In the present case, Community State Bank and the First American Cash Petitioners are separate entities, and under the cases cited above, the claims in the underlying Knox Case involving state law claims asserted only against the First American Cash Petitioners would not be subject to federal jurisdiction. The First American Cash Petitioners nevertheless contend that the Fourth Circuit’s decision
*600in Vaden II changed this conclusion and required that the jurisdictional analysis be based on a factual determination of which entity was in fact the “true lender.” However, the decision in Vaden II was vacated when the Supreme Court granted certiorari, and the Supreme Court did not address this issue in its opinion.10 Moreover, even if Vaden II were still in place, it would not change the conclusion set out above. In this regard, the Court notes that the Fourth Circuit in Vaden II held that under Federal Rule of Civil Procedure 17, “an action must be brought by the party that has the right to enforce the claim and has a significant interest in the litigation” and in determining the “real” party in interest, “it may be necessary to look beyond the pleadings to the facts of the dispute.” Va-den II, 489 F.3d at 601. However, Vaden II required the court to determine whether the underlying claims were properly asserted against a bank or. its subsidiary. This is the type of analysis often involved in determining which entity is the “proper party” to a suit. In reaching this determination, the Fourth Circuit specifically distinguished Goleta Nat’l Bank v. Lingerfelt, 211 F.Supp.2d 711, 718-19 (E.D.N.C.2002) and Flowers v. EZPawn Oklahoma, Inc., 307 F.Supp.2d 1191, 1196 (N.D.Okla.2004). Thus, the Fourth Circuit’s decision in Va-den II was directed more narrowly to determining the “proper party” or the “real party in interest” under Rule 17 between a parent and subsidiary corporation, not necessarily requiring a substitution of separate, unrelated parties when the plaintiff has made a choice to sue one party over another.11
In the present case, the Knox Plaintiffs have asserted state law claims against the First American Cash entities *601separate from any potential unasserted claims against Community State Bank, and have specifically asserted alternative claims depending upon whether the First American Cash entities are determined to be the “true lenders” or not. For example, the Knox Complaint alleges that, even if the Knox Defendants are without any direct financial stake in the loans they service, that the Knox Defendants have violated the North Carolina Consumer Finance Act, N.C. Gen.Stat. § 53-164, et seq. (2007) (“CFA”). The Knox Complaint also alleges that the Knox Defendants, even if they are not the “true lenders,” have violated the North Carolina Broker Statute, N.C. Gen.Stat. § 66-106 et seq. (2007), by failing to provide specified disclosure statements to prospective borrowers, obtain a bond or establish a trust account, and file certain material with the North Carolina Secretary of State. Finally, the Knox Complaint brings claims against the Knox Defendants under North Carolina public policy regarding worthless checks, contending that the Knox Defendants solicited the cashing of worthless checks or aided and abetted Community State Bank in doing so. N.C. Gen.Stat. § 14-107(b) (2007). Thus, the Knox Plaintiffs have asserted both usury claims and potentially valid alternative claims against the Non-Bank Petitioners, and have chosen not to assert any claims against Community State Bank. Cf. West Virginia v. CashCall, Inc., 605 F.Supp.2d 781, 787 (S.D.W.Va. 2009) (finding that claims for alleged violations of state usury laws asserted against a separate entity, other than the bank, were not subject to federal jurisdiction under the complete preemption doctrine because the claims were only asserted against CashCall, a non-bank entity that was a completely separate from the bank, and “[i]f CashCall is found to be a de facto lender, then CashCall may be liable under West Virginia usury laws. A contrary determination that CashCall is not a real lender will not result in the Bank’s liability or regulation under state laws, but will merely relieve CashCall of liability under those laws”).

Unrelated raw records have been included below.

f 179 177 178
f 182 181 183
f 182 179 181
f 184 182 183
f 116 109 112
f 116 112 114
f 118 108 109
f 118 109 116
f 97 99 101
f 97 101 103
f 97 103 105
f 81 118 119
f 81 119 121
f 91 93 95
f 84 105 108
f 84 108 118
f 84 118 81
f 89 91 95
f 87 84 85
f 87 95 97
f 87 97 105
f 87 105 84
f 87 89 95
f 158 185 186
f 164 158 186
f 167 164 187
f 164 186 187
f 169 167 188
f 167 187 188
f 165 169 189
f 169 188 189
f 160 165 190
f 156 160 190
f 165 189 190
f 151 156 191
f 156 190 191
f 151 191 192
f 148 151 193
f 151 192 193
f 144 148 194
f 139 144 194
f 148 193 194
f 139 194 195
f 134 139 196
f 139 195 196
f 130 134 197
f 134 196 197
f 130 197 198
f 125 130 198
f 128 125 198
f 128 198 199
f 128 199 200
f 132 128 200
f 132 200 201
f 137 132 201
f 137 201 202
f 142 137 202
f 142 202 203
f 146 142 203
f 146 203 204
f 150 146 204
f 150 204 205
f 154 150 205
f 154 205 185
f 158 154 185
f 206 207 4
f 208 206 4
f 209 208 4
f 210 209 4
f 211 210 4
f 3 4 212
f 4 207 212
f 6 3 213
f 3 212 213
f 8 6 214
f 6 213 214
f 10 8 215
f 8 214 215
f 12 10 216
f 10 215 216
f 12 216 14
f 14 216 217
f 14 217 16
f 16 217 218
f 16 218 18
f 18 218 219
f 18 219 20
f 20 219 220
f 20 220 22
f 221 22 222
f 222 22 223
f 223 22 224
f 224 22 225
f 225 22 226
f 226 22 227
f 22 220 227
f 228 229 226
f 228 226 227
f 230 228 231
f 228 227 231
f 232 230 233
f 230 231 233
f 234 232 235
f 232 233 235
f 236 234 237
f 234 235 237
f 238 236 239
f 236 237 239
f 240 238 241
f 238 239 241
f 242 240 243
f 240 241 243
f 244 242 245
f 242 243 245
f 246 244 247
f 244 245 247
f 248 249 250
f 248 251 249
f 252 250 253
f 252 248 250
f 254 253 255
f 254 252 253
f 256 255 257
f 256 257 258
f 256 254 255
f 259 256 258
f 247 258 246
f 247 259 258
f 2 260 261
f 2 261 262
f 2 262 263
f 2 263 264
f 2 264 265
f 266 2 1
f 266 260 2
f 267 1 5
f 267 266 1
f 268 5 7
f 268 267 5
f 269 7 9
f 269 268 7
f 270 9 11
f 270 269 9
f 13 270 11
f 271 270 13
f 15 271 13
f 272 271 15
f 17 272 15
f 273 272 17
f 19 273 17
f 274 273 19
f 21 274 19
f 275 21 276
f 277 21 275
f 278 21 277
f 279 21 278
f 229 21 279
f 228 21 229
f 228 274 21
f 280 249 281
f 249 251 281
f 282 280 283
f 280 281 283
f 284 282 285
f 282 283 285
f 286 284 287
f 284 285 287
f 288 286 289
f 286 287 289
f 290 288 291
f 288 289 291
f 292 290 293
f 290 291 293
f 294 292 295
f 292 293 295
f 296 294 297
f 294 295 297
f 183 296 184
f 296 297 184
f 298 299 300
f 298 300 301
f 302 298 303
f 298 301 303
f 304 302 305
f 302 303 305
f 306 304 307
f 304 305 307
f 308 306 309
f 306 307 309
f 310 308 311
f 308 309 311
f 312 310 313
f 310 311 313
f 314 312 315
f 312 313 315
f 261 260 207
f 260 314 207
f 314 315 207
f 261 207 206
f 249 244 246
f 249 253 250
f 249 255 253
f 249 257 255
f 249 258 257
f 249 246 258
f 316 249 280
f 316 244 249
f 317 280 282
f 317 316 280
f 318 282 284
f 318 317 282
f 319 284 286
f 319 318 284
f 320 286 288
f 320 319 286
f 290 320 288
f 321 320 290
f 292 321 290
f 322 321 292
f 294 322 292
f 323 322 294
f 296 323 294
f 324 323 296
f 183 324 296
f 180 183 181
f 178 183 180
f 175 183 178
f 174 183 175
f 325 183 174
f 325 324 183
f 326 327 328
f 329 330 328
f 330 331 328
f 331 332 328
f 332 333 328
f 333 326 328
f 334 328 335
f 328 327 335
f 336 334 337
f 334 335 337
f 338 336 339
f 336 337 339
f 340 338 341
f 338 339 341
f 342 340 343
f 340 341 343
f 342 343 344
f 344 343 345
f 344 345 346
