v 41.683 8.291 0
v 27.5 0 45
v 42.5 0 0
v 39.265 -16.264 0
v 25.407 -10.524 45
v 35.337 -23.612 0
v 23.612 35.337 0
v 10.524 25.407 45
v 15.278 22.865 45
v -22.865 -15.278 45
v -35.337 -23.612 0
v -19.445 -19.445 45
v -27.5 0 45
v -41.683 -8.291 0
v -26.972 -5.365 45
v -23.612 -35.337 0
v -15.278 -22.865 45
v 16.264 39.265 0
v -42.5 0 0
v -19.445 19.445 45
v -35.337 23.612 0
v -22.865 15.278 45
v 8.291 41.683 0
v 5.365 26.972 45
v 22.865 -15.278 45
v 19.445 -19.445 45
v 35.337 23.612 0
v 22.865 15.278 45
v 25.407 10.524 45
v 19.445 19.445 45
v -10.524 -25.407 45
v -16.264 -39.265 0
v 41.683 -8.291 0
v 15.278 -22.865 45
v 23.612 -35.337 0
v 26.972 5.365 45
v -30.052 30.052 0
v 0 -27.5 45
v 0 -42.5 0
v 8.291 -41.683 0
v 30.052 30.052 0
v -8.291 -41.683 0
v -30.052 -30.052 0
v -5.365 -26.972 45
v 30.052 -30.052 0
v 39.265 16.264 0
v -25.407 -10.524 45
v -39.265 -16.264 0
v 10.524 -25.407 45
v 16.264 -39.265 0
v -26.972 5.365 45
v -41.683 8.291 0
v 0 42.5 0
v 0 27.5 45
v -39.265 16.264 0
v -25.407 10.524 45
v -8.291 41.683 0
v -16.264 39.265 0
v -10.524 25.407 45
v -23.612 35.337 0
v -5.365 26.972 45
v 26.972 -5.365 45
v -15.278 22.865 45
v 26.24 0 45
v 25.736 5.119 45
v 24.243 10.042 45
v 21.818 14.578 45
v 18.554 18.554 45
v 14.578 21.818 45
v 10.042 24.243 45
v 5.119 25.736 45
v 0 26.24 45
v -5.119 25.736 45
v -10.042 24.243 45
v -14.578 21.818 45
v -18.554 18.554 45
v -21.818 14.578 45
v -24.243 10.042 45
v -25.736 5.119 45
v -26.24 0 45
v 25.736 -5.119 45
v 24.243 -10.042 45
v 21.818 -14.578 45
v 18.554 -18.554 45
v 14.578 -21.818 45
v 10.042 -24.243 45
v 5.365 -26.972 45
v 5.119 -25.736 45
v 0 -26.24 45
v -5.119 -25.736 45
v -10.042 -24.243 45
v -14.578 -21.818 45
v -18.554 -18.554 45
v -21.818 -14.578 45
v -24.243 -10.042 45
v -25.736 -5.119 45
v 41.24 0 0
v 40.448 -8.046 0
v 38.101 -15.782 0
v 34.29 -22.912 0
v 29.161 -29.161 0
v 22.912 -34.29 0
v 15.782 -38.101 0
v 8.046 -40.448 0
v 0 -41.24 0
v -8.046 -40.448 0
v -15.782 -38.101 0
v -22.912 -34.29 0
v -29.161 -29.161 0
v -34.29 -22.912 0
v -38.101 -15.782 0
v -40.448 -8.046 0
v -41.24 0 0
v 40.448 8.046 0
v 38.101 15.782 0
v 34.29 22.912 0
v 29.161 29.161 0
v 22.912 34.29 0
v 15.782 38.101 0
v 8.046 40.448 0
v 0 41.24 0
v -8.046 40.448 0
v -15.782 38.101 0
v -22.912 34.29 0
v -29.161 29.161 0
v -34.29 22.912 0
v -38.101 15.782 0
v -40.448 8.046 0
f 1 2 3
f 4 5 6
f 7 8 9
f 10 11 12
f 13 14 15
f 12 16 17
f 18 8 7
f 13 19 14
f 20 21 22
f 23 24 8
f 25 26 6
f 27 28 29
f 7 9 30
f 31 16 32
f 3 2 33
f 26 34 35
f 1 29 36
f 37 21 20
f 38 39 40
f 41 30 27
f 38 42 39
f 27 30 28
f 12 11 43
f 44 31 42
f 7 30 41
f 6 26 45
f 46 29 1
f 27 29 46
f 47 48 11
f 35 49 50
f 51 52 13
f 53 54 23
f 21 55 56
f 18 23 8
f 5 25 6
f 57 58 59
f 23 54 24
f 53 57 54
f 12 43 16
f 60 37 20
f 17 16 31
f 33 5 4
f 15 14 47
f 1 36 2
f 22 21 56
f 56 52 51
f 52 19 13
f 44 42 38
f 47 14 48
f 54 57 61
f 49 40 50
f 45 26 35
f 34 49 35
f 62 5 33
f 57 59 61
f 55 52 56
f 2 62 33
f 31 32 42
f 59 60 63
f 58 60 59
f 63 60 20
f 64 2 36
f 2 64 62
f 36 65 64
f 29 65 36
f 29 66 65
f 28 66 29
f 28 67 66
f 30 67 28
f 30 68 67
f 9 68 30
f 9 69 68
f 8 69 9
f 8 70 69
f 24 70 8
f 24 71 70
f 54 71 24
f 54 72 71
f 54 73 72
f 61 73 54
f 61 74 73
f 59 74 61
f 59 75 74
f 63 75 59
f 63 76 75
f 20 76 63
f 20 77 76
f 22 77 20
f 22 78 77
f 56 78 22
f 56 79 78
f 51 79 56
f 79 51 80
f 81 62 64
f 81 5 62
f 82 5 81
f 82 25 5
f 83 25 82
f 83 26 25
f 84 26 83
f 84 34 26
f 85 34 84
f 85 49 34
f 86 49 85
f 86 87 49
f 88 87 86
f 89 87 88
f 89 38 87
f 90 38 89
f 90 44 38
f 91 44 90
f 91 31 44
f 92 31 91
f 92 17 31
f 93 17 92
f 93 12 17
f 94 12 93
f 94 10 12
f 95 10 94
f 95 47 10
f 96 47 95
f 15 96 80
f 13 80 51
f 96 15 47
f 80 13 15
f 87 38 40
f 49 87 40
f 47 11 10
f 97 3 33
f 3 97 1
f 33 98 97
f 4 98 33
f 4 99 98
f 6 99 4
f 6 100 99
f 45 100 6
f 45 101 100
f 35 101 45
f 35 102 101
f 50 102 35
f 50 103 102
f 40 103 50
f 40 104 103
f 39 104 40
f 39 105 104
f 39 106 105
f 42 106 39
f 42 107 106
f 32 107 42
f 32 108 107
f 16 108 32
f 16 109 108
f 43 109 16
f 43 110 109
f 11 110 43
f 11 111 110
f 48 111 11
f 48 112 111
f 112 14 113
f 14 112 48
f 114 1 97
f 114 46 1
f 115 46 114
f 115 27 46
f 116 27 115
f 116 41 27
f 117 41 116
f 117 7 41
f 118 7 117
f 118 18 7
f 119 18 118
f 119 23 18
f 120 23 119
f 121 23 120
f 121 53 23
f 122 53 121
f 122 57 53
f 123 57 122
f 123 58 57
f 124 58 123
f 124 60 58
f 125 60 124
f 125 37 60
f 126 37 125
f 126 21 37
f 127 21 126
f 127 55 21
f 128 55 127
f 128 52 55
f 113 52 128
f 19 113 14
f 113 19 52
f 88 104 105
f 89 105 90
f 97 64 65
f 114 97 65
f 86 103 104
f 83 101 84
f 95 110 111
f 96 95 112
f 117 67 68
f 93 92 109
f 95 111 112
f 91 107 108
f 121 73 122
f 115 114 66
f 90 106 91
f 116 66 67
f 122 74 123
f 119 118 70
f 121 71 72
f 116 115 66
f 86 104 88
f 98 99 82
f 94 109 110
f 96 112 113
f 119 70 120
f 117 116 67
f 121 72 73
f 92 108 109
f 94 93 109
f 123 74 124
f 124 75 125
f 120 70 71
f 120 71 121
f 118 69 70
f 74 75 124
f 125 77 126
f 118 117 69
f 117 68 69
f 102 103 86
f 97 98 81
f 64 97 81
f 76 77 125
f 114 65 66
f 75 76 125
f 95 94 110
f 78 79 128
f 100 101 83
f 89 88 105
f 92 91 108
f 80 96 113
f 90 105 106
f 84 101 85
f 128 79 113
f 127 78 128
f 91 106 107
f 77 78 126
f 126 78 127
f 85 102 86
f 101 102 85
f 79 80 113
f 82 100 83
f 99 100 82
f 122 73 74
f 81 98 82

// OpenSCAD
$fn=32;

h=45;
r1=85/2;
r2=55/2;
t=1.26;


difference()
{
    cylinder(h,r1,r2);
    cylinder(h,r1-t,r2-t);
}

Therefore, the Court finds that the Knox Defendants are the real party in interest in the Knox Case because the Knox Plaintiffs chose to bring claims against only the non-bank entities and have asserted potential claims regardless of whether those entities are the true lenders or only the servicers of the loans at issue. As a result, the state-law claims in the Knox Case are simply state law claims against non-bank entities, and are not completely preempted by federal law. Therefore, the Court concludes that the Remand Order in the Knox Case continues to rest on a sound legal basis, and is entitled to preclusive effect. Thus, because this jurisdictional issue has already been determined by the Eastern District of North Carolina with respect to the First American Cash Petitioners, the Court concludes that the Petition to Compel Arbitration asserted by the First American Cash Petitioners must be dismissed.12 Having concluded that the Petition to Compel Arbitration will be dismissed to the extent that it has been *602brought by the First American Cash Petitioners, the Court now turns to a consideration of the Petition to Compel Arbitration to the extent that it is brought by Community State Bank.

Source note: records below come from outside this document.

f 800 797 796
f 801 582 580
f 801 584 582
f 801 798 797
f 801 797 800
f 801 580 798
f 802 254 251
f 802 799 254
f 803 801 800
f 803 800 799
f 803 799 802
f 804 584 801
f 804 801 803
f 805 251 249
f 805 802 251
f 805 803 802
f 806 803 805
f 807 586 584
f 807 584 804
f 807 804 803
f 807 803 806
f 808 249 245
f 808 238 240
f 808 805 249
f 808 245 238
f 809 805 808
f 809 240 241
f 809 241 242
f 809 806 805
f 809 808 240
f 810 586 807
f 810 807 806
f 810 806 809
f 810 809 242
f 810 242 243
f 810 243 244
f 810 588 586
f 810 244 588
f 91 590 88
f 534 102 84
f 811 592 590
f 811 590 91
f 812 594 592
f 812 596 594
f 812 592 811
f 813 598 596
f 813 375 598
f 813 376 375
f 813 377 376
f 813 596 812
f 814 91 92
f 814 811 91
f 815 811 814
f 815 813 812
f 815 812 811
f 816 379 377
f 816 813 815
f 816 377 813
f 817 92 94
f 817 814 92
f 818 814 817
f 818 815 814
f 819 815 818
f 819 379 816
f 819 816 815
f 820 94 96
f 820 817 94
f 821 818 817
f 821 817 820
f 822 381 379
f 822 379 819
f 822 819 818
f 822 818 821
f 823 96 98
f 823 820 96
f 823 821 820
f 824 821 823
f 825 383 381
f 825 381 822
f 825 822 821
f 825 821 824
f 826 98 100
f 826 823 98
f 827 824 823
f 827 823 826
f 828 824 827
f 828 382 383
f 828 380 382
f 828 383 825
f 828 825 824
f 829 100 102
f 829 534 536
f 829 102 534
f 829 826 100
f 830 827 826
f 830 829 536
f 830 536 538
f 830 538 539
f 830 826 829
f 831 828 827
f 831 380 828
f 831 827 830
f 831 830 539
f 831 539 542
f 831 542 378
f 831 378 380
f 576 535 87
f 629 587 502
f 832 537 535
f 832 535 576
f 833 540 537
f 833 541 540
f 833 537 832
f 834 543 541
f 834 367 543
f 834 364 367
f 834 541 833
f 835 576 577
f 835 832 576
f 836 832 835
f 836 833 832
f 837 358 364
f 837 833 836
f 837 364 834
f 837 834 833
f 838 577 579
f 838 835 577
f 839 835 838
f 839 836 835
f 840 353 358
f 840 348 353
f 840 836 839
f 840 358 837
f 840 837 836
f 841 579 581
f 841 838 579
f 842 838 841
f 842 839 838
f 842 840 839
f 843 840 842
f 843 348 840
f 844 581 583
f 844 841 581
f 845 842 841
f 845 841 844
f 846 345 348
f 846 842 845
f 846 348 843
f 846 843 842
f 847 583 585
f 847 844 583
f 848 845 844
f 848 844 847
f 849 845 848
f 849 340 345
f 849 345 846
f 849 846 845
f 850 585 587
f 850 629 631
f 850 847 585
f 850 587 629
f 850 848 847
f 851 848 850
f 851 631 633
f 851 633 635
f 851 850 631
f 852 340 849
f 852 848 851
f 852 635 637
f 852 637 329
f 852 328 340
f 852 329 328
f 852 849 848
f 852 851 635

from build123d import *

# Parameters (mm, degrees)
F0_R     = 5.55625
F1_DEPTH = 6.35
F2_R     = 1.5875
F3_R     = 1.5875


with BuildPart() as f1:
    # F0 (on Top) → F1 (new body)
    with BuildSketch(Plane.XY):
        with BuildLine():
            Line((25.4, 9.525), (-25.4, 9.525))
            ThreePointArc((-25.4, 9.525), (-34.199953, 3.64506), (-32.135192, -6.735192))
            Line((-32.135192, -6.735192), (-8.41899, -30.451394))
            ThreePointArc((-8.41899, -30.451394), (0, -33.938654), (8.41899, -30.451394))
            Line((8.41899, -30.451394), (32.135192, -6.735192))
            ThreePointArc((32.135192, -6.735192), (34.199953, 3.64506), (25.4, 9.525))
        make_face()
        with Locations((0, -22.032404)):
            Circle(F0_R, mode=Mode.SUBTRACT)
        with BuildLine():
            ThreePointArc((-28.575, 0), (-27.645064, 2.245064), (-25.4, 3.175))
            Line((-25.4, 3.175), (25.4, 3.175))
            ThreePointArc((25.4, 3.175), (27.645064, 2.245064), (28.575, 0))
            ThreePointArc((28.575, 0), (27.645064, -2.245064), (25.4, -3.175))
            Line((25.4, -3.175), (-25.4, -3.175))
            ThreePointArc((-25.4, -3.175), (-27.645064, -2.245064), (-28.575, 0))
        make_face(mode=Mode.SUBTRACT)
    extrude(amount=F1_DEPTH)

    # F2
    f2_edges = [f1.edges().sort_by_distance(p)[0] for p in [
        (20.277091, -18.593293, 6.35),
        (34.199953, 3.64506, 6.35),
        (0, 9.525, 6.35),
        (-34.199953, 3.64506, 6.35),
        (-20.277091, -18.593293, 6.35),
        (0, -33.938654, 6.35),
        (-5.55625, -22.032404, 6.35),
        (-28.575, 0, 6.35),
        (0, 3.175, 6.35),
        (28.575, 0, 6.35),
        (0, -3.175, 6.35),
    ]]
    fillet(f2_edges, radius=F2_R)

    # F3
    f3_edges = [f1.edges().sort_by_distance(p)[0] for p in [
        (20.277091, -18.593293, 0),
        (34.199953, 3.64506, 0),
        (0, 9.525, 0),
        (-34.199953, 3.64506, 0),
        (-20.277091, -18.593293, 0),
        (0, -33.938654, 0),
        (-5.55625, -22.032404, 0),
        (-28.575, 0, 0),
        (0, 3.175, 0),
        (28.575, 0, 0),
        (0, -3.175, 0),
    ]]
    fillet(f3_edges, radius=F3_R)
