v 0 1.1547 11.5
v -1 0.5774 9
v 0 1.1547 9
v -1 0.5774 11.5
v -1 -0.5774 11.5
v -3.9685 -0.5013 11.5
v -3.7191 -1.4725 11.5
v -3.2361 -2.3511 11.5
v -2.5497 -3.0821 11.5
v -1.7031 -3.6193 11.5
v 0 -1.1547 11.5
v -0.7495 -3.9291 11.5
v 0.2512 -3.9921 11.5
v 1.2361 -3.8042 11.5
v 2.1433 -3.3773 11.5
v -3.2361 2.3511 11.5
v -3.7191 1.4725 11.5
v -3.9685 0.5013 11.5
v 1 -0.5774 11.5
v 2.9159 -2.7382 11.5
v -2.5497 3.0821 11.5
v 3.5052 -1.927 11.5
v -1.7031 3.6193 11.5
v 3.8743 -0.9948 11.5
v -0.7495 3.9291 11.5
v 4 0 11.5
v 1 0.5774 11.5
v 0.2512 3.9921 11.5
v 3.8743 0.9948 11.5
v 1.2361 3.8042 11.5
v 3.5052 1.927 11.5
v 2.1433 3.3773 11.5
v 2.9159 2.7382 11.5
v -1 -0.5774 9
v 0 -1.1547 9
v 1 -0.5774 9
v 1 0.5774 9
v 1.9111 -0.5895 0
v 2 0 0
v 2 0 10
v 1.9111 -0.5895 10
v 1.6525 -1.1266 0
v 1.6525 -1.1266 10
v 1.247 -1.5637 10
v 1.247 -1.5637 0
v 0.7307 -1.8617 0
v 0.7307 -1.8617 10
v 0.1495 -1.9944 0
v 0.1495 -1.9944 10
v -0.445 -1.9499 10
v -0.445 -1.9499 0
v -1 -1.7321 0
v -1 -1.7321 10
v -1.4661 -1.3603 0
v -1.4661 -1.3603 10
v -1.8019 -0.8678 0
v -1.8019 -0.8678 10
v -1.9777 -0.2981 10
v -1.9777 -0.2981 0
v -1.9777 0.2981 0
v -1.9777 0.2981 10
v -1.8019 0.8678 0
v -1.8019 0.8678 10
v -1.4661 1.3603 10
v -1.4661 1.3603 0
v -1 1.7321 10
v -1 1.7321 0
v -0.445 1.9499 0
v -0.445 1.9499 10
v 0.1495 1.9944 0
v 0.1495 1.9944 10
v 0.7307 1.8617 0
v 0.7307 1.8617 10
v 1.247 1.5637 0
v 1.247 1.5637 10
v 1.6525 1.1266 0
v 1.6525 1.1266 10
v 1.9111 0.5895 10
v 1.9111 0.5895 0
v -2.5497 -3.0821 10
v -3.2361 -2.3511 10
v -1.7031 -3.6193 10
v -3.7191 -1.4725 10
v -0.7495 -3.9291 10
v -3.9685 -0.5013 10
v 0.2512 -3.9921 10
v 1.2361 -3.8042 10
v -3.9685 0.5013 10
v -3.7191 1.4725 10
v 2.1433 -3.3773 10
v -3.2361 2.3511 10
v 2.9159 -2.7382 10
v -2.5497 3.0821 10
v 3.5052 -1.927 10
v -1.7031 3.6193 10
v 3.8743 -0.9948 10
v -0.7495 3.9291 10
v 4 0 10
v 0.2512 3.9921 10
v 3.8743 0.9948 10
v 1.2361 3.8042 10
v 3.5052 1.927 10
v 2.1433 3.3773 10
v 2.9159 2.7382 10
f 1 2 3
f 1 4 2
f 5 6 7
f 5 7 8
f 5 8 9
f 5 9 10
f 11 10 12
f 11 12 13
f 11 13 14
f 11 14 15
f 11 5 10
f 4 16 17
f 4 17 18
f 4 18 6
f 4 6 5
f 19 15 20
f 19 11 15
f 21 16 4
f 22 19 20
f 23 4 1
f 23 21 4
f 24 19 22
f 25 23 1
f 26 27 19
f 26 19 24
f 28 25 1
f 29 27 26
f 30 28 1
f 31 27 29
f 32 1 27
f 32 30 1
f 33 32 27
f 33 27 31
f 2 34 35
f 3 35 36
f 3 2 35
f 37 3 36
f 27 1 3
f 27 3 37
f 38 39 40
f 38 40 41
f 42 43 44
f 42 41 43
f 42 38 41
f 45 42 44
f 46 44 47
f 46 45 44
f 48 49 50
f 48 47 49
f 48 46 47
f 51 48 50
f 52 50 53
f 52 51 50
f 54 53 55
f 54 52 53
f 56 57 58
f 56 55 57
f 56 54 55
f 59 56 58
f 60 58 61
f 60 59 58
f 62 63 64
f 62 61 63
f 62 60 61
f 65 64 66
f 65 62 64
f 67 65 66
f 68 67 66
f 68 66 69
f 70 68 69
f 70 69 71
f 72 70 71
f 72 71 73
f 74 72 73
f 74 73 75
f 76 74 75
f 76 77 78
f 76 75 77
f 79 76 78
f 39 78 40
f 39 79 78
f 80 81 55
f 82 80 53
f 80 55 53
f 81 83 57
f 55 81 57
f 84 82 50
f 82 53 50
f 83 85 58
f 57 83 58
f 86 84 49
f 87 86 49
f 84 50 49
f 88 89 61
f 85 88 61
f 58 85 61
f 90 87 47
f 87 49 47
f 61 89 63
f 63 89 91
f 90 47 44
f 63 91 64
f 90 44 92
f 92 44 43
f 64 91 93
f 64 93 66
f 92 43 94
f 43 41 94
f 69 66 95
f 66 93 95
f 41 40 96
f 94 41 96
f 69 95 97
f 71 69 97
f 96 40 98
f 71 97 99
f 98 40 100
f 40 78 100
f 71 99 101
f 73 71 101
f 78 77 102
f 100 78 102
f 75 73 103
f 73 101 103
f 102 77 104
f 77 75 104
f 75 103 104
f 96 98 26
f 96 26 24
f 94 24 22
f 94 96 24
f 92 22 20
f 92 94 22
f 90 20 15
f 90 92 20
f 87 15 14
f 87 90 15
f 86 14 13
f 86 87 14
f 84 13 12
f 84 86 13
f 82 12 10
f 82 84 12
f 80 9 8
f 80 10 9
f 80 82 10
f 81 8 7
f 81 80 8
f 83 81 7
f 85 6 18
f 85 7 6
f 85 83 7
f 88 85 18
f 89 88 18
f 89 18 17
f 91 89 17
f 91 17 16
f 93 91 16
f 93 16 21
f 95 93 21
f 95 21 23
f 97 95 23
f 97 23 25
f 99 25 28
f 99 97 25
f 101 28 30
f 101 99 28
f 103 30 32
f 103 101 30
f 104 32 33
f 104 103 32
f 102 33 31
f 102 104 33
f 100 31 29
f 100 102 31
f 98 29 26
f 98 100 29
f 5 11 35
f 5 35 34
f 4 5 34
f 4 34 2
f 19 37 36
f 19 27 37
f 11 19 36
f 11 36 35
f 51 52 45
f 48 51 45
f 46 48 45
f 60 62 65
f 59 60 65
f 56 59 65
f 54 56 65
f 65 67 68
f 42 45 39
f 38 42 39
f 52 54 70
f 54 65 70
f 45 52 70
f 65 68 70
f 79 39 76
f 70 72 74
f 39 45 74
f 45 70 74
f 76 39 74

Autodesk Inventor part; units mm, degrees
ref_plane "YZ Plane" through (0, 0, 0) normal (1, 0, 0) x (0, 1, 0)
ref_plane "XZ Plane" through (0, 0, 0) normal (0, 1, 0) x (-1, 0, 0)
ref_plane "XY Plane" through (0, 0, 0) normal (0, 0, 1) x (1, 0, 0)
sketch "スケッチ1" plane through (0, 0, 0) normal (0, 0, 1) x (1, 0, 0)
  circle A0 centre (0, 0) radius 2
  dimension "d0" = 4
extrude "押し出し1" add sketch "スケッチ1" along normal blind 10
thread "ねじ1" size "M4x0.7" class "6g" standard "ANSI Metric M Profile" full length
sketch "スケッチ2" plane through (0, 0, 10) normal (0, 0, 1) x (1, 0, 0)
  circle A0 centre (0, 0) radius 4
  dimension "d5" = 8
extrude "押し出し2" add sketch "スケッチ2" along normal blind 1.5
sketch "スケッチ3" plane through (0, 0, 11.5) normal (0, 0, 1) x (1, 0, 0)
  line L0 (0, 1.1547) -> (1, 0.5774)
  line L1 (1, 0.5774) -> (1, -0.5774)
  line L2 (1, -0.5774) -> (0, -1.1547)
  line L3 (0, -1.1547) -> (-1, -0.5774)
  line L4 (-1, -0.5774) -> (-1, 0.5774)
  line L5 (-1, 0.5774) -> (0, 1.1547)
  point P0 (0, 0)
  point P1 (0, 0)
  dimension "d8" = 2
extrude "押し出し3" cut sketch "スケッチ3" against normal blind 2.5
properties part number "M4極低頭ネジ　10" material "鋼、高強度、低合金"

IV. PETITION TO COMPEL ARBITRATION . AS ASSERTED BY COMMUNITY STATE BANK
Community State Bank has joined in the Petition to Compel Arbitration, contending that it was a party to the arbitration agreement entered into by Respondents during the loan process, and that Respondents have refused to arbitrate any dispute they may have with the Bank related to the loans. As noted above, under the FAA, “a party aggrieved by the alleged failure, neglect, or refusal of another to arbitrate under a written agreement for arbitration” may petition for an order compelling arbitration. 9 U.S.C. § 4. Community State Bank contends that it is, such a “party aggrieved.” Cf. Republic Bank & Trust Co. v. Kucan, 245 Fed.Appx. 308, 310-11 (4th Cir.2007) (noting that Republic Bank and the borrowers were “parties to contracts that required any claims or disputes to be resolved through arbitration” and where the parties refused to comply with that obligation, “Republic Bank, as a party to the contract, has the right to insist on compliance with that contractual term”). Therefore, to the extent that Respondents have any controversy or dispute with Community State Bank .related to the loan process or any other issue covered by the arbitration agreement, the Bank would be a “party aggrieved” who could petition for arbitration under the FAA.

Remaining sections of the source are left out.